COVID-19 • Last Week, Next Week

March 16, 2020

This last week has clarified things for just about everyone.  COVID-19 has forced us onto new ground.  Our lives have changed, our society has changed, much of ‘normal’ has changed.

And if you are over 60, or if you count on someone over 60, or you love someone over 60 – you’re likely some kind of scared today.

I am sorry.  Living with fear, this fear, stinks.  It’s a beast we cannot see, we have little control over and takes lives does. Sound like something out of a horror movie – and no wonder past generation likened these illnesses to all kinds of spirits and supernatural beings.  It has that feel.

But science shits on the supernatural.  Information on the enemy is pouring in and the global community is learning very quickly.  We are absolutely not helpless.

But we have been slow and selfish.  The POTUS/Fox News cohort has done damage to the response and has slowed a large portion of our society to make changes fast enough.  Sadly, they will suffer for their slow response.  In a year or so, statistics will be developed on both the response of individual states and the response of individuals to their media diet related to COVID-19.  That will be very interesting as the virus seems to have no party affiliation and seems to be ignoring ignorance.

Statistically speaking, if China had acted 1 week earlier, they would have had a 60+% decline in cases and may have kept this thing from such rapid global spread.  And if China had acted one week later …. over 60% increase in cases, a total loss of control of the virus in their country and millions of deaths.

1 week makes all the difference.  We’ve used ours.

This coming week will have a lot of drama built into it; most of it unnecessary.  The numbers are going to spike dramatically, but that will reflect both a change in how we count and testing (finally) coming on line at scale.

But for most of us, it changes nothing.  We know the virus is in our community and spreading at will.  We know what we have to do to break that cycle and how important the next couple weeks are going to be for our success.

Cape Cod is not in a good position for COVID-19.  We have one of the oldest populations in the USA and world.  We have hundreds of single family homes, group homes and nursing homes that hold for thousands of elderly, infirm and unwell people.

I beg and pray to all of you right now:

If we do not work well together, caring for everyone as if your life depended on it, Cape Cod Health Care will be overwhelmed.  There is absolutely no way that Cape Cod Health Care could cope with that flood of patients.  Of course they will do the best they can, but care will, by necessity, be curtailed to those who have the greatest probability of survival.  We must not let that happen.

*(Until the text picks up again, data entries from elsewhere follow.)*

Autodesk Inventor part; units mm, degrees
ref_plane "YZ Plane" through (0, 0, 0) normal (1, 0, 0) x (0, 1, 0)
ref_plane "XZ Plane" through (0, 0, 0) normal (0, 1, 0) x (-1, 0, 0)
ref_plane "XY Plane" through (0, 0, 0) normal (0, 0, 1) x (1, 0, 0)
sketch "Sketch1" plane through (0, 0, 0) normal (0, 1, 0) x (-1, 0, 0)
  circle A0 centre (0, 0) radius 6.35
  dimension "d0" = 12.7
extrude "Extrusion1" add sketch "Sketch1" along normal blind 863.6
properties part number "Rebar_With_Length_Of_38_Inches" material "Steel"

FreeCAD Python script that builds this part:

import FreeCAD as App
import Part
import Sketcher

V = App.Vector
Q = App.Units.Quantity

doc = App.newDocument("Part")
params = doc.addObject("Spreadsheet::Sheet", "Params")
for row, (alias, value) in enumerate([
    ("sketch1_diameter", "0.5 in"),
    ("pad1_length", "34 in"),
], start=1):
    params.set(f"A{row}", alias)
    params.set(f"B{row}", "=" + value)
    params.setAlias(f"B{row}", alias)

body = doc.addObject("PartDesign::Body", "Body")

# Sketch on XZ plane
sketch1 = body.newObject("Sketcher::SketchObject", "Sketch")
sketch1.AttachmentSupport = (doc.getObject("XZ_Plane"), [""])
sketch1.MapMode = "FlatFace"
sketch1.addGeometry(Part.Circle(V(0, 0, 0), V(0, 0, 1), 6), False)
sketch1.addConstraint([
    Sketcher.Constraint("Coincident", 0, 3, -1, 1),
    Sketcher.Constraint("Diameter", 0, Q("0.5 in")),
])
sketch1.setExpression("Constraints[1]", "Params.sketch1_diameter")
pad1 = body.newObject("PartDesign::Pad", "Pad")
pad1.Profile = sketch1
pad1.setExpression("Length", "Params.pad1_length")
pad1.Reversed = True

doc.recompute()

And to everyone working for Cape Cod Health Care: many of you have worked through a lot of trying times; blizzards and insane flu seasons, etc.  It is very likely you will do things and see things done that you have never experienced before.  It is going to be very weird.

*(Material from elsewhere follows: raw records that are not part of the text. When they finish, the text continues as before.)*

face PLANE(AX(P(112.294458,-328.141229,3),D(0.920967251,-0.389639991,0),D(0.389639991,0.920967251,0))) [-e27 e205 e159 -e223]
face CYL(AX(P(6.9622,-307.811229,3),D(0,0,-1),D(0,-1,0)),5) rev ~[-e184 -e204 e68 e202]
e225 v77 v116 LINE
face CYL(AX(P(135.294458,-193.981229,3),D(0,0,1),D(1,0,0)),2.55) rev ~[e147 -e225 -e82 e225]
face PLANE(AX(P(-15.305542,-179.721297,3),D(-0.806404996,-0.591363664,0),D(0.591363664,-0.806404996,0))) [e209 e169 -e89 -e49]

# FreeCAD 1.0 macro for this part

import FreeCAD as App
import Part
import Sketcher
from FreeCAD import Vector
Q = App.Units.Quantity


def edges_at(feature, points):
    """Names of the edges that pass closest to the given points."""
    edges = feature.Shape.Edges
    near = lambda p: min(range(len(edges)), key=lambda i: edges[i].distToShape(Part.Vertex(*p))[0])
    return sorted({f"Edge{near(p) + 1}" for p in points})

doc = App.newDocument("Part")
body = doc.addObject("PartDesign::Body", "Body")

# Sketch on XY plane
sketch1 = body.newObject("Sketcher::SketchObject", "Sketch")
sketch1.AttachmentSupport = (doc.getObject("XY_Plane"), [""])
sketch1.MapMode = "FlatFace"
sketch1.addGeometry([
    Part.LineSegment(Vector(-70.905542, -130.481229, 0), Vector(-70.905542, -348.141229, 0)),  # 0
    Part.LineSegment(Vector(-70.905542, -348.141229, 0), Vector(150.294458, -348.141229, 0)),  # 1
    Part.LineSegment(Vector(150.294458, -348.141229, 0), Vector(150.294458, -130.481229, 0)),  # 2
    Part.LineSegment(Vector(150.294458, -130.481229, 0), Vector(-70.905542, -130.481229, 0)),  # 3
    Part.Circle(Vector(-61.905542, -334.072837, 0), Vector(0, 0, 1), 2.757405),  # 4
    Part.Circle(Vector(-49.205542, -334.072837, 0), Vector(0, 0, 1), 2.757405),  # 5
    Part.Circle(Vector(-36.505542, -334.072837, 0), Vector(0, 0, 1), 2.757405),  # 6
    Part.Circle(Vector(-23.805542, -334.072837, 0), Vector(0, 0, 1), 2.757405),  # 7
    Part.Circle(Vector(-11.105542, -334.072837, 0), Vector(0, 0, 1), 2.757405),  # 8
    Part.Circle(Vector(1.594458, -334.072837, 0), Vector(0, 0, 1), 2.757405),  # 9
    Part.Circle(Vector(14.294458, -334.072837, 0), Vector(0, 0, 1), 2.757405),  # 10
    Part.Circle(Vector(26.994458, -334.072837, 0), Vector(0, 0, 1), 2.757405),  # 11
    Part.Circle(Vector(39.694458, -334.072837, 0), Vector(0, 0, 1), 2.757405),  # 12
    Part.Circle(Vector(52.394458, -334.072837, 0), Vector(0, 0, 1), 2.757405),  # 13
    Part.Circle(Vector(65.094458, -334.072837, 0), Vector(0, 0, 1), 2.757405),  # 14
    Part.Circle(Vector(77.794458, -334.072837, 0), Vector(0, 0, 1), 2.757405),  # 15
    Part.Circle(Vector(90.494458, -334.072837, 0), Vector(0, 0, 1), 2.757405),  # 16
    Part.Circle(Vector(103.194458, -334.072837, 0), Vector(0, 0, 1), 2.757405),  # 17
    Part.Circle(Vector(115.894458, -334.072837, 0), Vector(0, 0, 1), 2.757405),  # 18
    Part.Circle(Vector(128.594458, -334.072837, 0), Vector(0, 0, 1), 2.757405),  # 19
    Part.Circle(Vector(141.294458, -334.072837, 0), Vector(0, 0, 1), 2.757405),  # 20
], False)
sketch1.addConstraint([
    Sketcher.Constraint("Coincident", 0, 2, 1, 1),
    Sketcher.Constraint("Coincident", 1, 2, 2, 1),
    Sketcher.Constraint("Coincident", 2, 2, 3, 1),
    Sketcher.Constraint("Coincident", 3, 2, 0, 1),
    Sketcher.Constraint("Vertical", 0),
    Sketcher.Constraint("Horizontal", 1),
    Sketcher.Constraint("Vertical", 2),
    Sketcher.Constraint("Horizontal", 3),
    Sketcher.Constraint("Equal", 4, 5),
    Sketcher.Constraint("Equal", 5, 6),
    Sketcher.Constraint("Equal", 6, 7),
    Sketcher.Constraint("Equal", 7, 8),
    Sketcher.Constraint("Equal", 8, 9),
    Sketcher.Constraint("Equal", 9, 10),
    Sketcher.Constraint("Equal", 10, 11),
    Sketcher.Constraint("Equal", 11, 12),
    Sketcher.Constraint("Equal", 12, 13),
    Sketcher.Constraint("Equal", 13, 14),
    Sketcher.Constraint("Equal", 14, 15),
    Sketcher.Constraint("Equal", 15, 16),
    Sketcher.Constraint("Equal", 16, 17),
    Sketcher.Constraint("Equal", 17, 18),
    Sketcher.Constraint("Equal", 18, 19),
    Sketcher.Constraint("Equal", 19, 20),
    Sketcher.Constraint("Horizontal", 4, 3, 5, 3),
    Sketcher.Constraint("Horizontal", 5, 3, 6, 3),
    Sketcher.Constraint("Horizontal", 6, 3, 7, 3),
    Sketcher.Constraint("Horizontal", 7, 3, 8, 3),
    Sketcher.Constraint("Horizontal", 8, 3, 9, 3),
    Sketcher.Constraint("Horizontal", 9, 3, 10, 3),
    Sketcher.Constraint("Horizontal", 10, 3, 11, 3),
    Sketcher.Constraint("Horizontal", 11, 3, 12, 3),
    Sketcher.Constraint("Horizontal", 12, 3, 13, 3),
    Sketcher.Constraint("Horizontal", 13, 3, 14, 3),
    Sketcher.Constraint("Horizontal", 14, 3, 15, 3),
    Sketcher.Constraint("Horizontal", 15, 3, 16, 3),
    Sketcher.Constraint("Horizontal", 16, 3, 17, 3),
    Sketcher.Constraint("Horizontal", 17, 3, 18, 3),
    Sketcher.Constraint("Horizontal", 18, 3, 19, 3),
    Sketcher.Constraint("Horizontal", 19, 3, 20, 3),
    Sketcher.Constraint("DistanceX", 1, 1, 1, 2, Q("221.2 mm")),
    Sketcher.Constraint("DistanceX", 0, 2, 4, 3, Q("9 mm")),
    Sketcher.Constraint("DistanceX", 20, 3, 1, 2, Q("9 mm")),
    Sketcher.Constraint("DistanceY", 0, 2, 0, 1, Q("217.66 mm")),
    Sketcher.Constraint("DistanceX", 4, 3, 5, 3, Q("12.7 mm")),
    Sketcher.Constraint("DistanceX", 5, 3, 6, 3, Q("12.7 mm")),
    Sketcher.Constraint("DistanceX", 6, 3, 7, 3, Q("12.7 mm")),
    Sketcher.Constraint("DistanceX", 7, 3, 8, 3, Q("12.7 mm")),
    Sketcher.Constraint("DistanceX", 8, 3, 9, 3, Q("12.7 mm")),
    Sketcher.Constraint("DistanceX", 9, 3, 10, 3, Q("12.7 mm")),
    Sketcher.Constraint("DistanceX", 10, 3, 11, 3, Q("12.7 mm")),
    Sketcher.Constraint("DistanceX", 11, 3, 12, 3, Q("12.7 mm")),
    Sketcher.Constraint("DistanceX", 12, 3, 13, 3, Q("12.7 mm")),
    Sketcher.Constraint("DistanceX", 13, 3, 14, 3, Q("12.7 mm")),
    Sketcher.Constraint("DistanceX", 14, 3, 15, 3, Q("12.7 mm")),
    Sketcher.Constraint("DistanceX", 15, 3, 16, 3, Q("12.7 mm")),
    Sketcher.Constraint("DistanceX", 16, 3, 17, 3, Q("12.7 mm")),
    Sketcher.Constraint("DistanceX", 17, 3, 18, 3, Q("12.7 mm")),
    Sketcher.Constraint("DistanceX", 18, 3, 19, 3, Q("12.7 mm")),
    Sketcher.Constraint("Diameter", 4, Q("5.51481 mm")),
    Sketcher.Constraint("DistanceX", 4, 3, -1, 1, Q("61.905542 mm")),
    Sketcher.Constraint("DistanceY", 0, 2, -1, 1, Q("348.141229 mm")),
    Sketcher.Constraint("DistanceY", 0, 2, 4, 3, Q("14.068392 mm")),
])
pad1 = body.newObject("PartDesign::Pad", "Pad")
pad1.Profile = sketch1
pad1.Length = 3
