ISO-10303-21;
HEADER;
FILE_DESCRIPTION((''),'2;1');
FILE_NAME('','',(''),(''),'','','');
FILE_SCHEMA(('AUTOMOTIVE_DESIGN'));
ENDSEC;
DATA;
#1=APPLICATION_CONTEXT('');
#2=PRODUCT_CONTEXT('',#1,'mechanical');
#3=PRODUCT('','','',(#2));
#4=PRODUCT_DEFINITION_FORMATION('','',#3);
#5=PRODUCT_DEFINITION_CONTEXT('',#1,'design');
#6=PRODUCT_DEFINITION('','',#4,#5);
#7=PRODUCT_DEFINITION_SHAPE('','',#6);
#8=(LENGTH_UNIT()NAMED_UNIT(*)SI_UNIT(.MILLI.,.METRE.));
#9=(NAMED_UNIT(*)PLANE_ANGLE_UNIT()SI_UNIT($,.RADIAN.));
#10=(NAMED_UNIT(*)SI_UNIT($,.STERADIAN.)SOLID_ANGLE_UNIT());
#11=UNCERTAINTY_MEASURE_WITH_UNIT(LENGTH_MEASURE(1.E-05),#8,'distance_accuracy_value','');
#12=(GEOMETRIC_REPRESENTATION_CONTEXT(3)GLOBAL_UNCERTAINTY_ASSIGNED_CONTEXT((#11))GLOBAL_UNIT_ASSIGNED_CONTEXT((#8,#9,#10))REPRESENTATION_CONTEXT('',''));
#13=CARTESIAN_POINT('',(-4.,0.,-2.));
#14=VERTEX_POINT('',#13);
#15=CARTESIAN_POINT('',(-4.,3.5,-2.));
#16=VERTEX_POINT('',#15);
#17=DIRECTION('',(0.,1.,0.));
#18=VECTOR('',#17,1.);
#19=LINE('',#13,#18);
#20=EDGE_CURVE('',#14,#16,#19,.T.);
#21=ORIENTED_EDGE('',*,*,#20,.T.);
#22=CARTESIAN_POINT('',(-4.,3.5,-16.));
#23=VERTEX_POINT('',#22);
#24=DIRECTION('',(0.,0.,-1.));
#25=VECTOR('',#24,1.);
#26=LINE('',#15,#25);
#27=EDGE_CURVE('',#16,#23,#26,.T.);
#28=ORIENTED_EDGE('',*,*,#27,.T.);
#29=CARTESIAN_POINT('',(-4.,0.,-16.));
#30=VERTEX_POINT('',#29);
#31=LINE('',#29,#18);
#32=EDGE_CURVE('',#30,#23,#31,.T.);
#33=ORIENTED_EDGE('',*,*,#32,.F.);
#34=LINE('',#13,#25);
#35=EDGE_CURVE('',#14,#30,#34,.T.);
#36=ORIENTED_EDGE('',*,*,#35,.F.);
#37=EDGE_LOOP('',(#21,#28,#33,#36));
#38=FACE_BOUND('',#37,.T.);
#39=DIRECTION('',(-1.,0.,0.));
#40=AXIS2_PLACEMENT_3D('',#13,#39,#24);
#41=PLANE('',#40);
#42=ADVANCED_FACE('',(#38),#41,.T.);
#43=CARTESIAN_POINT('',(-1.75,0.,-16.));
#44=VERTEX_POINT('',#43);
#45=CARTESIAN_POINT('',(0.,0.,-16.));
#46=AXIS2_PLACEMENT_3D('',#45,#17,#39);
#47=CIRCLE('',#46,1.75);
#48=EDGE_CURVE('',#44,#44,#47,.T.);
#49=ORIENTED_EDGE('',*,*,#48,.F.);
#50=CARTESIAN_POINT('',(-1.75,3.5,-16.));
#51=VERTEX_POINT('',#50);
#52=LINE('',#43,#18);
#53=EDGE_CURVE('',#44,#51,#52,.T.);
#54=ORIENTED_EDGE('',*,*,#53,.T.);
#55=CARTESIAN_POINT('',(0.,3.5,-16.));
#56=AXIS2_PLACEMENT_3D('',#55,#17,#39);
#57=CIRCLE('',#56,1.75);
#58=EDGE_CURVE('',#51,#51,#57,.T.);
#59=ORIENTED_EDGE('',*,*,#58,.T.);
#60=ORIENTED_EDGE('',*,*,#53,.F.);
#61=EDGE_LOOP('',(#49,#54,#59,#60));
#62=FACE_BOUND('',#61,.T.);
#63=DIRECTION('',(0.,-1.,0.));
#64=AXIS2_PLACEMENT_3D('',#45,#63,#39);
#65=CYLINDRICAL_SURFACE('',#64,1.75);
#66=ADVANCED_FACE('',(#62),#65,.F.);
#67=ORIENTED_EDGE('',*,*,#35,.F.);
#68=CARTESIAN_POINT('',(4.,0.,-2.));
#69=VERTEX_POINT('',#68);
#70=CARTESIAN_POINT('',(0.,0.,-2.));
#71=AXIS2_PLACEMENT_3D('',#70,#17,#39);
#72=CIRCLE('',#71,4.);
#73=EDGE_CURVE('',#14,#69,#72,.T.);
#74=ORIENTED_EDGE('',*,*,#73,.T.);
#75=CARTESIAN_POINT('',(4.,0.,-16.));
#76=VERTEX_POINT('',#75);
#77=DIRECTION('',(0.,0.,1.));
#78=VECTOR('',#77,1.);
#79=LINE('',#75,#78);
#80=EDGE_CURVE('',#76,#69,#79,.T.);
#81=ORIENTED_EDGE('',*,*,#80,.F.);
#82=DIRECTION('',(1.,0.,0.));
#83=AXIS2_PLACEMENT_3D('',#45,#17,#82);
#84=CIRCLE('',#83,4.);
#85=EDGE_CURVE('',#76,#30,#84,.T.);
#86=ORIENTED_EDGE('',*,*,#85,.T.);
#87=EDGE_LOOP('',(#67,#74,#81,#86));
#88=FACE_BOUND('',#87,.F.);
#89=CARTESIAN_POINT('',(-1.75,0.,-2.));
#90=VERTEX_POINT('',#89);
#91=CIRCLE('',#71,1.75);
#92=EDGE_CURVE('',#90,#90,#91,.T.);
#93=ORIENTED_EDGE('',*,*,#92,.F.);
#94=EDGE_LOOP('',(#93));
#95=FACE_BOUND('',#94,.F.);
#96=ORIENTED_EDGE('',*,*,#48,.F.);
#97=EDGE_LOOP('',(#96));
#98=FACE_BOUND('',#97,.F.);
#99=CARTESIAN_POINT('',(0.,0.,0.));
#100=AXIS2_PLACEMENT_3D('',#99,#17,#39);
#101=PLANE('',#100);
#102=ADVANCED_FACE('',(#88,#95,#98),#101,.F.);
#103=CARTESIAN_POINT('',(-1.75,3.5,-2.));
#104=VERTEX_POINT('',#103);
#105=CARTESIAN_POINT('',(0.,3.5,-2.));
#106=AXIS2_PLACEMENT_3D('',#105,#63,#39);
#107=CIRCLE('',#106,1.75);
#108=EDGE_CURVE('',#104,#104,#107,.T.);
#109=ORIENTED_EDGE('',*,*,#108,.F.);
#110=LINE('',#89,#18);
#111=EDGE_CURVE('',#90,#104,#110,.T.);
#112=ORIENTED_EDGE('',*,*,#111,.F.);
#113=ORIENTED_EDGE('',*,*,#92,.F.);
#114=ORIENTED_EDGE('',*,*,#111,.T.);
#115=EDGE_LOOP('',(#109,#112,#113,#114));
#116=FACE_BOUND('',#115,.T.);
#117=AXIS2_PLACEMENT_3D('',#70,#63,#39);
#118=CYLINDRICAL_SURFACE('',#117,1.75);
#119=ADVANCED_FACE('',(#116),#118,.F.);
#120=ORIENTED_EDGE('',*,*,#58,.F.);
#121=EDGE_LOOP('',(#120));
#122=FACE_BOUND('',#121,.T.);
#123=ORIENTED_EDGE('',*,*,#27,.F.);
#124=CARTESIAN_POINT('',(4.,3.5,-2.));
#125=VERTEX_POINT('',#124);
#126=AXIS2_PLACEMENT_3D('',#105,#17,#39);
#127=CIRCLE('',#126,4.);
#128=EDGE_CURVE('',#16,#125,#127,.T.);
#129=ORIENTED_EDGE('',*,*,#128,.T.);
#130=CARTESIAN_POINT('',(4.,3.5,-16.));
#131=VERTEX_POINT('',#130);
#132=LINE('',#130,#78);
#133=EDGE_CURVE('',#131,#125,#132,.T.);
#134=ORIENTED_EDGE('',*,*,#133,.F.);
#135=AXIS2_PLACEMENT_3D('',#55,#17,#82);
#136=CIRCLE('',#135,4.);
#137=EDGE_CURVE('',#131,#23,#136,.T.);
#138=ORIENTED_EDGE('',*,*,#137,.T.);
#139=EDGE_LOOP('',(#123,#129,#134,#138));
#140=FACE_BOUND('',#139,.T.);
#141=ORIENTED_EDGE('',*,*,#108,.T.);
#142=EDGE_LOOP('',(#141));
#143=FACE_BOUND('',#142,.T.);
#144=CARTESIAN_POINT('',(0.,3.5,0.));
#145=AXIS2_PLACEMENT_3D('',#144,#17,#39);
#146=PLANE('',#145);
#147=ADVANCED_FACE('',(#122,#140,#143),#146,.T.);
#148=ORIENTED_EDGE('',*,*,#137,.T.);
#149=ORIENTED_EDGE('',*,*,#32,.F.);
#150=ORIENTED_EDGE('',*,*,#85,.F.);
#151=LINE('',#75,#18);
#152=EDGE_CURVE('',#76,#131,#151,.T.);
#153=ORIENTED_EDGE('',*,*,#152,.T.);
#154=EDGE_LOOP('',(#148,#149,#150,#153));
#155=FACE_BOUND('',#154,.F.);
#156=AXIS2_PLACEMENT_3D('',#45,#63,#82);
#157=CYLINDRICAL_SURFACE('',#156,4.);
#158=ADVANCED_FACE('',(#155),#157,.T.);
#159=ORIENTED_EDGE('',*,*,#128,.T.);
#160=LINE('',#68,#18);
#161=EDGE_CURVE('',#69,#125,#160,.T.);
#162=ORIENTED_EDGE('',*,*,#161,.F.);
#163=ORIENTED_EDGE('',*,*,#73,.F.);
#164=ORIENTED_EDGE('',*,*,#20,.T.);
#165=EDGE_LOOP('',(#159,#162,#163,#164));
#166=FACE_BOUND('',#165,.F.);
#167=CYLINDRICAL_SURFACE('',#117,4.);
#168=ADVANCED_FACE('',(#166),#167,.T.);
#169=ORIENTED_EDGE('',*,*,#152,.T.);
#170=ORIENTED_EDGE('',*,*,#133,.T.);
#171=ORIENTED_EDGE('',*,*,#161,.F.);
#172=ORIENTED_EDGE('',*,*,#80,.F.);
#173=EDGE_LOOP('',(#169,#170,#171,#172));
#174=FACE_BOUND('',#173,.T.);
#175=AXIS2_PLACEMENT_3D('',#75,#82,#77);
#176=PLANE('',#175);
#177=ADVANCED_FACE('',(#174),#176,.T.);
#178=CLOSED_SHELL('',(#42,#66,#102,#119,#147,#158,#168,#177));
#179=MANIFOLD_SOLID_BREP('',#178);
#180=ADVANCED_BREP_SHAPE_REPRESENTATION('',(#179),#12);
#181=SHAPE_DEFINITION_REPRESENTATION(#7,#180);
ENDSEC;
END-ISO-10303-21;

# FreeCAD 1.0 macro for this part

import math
import FreeCAD as App
import Part
import Sketcher

V = App.Vector
Q = App.Units.Quantity

doc = App.newDocument("Part")
body = doc.addObject("PartDesign::Body", "Body")

# Sketch on XZ plane
sketch1 = doc.addObject("Sketcher::SketchObject", "Sketch")
body.addObject(sketch1)
sketch1.AttachmentSupport = (doc.XZ_Plane, [""])
sketch1.MapMode = "FlatFace"
sketch1.addGeometry([
    Part.LineSegment(V(4, -2, 0), V(4, -16, 0)),
    Part.ArcOfCircle(Part.Circle(V(0, -16, 0), V(0, 0, 1), 4), math.radians(180), math.radians(360)),
    Part.LineSegment(V(-4, -16, 0), V(-4, -2, 0)),
    Part.ArcOfCircle(Part.Circle(V(0, -2, 0), V(0, 0, 1), 4), math.radians(0), math.radians(180)),
], False)
sketch1.addConstraint([
    Sketcher.Constraint("Tangent", 0, 2, 1, 2),
    Sketcher.Constraint("Tangent", 1, 1, 2, 1),
    Sketcher.Constraint("Tangent", 2, 2, 3, 2),
    Sketcher.Constraint("Tangent", 3, 1, 0, 1),
    Sketcher.Constraint("Vertical", 0),
    Sketcher.Constraint("Vertical", 2),
    Sketcher.Constraint("PointOnObject", 1, 3, -2),
    Sketcher.Constraint("Radius", 1, Q("4 mm")),
    Sketcher.Constraint("DistanceY", 0, 2, 0, 1, Q("14 mm")),
    Sketcher.Constraint("DistanceY", 1, 3, -1, 1, Q("16 mm")),
])
pad1 = doc.addObject("PartDesign::Pad", "Pad")
body.addObject(pad1)
pad1.Profile = sketch1
pad1.Length = 3.5
pad1.Reversed = True

# Sketch on XZ plane
sketch2 = doc.addObject("Sketcher::SketchObject", "Sketch001")
body.addObject(sketch2)
sketch2.AttachmentSupport = (doc.XZ_Plane, [""])
sketch2.MapMode = "FlatFace"
sketch2.addGeometry([
    Part.Circle(V(0, -2, 0), V(0, 0, 1), 1.8),
    Part.Circle(V(0, -16, 0), V(0, 0, 1), 1.8),
], False)
sketch2.addConstraint([
    Sketcher.Constraint("Equal", 0, 1),
    Sketcher.Constraint("PointOnObject", 0, 3, -2),
    Sketcher.Constraint("PointOnObject", 1, 3, -2),
    Sketcher.Constraint("Diameter", 0, Q("3.5 mm")),
    Sketcher.Constraint("DistanceY", 0, 3, -1, 1, Q("2 mm")),
    Sketcher.Constraint("DistanceY", 1, 3, -1, 1, Q("16 mm")),
])
pocket1 = doc.addObject("PartDesign::Pocket", "Pocket")
body.addObject(pocket1)
pocket1.Profile = sketch2
pocket1.Length = 3.5

doc.recompute()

The World Health Organization is begging you to learn quickly and on the fly.  Look at what other countries and hospitals have done for guidance and apply it to your facility.  Everyone is going to make ‘mistakes’ but use your head and not your heart.  DO NOT BLAME.  You have no time for that.  Figure out what went wrong, find a new path, and move on.

Trust.  You are going to have to trust your leadership.  I know all the ‘battles’ of union and doctors and nurses and aids and housekeepers and all the little squabbles we have in our wacky family of health care.  These are conflicts that happen everywhere but over time they can erode trust I leadership.

We have no time for that.  Leadership will also make mistakes.  You are going to have to cut them some slack; and to some of you, that’s going to be tough.

This is a war footing.  Leadership must have the authority to do the out-of-the-box thinking and apply that to the effort.  They will ask staff to do things they have never done.

Use your head.  Stay in your lane of knowledge.  Speak up to authority when you know something is more right or more wrong; they cannot know everything.

Admit when you are exhausted, point out others who are burnt; do not be a solitary hero.  Going it alone or exhausted only creates more chaos.  This must be a collective effort.

Finally; many of you will experience something truly spectacular and wonderful through all of this.  Your deep love of community, of each other, of your craft, of caring – this will bind you to your peers in a way perhaps you have never experienced. ‘Brothers and Sisters in Arms’.  

I have found those times the most satisfying, fulfilling experiences of my life.

You will be changed by this.  Make it awesome.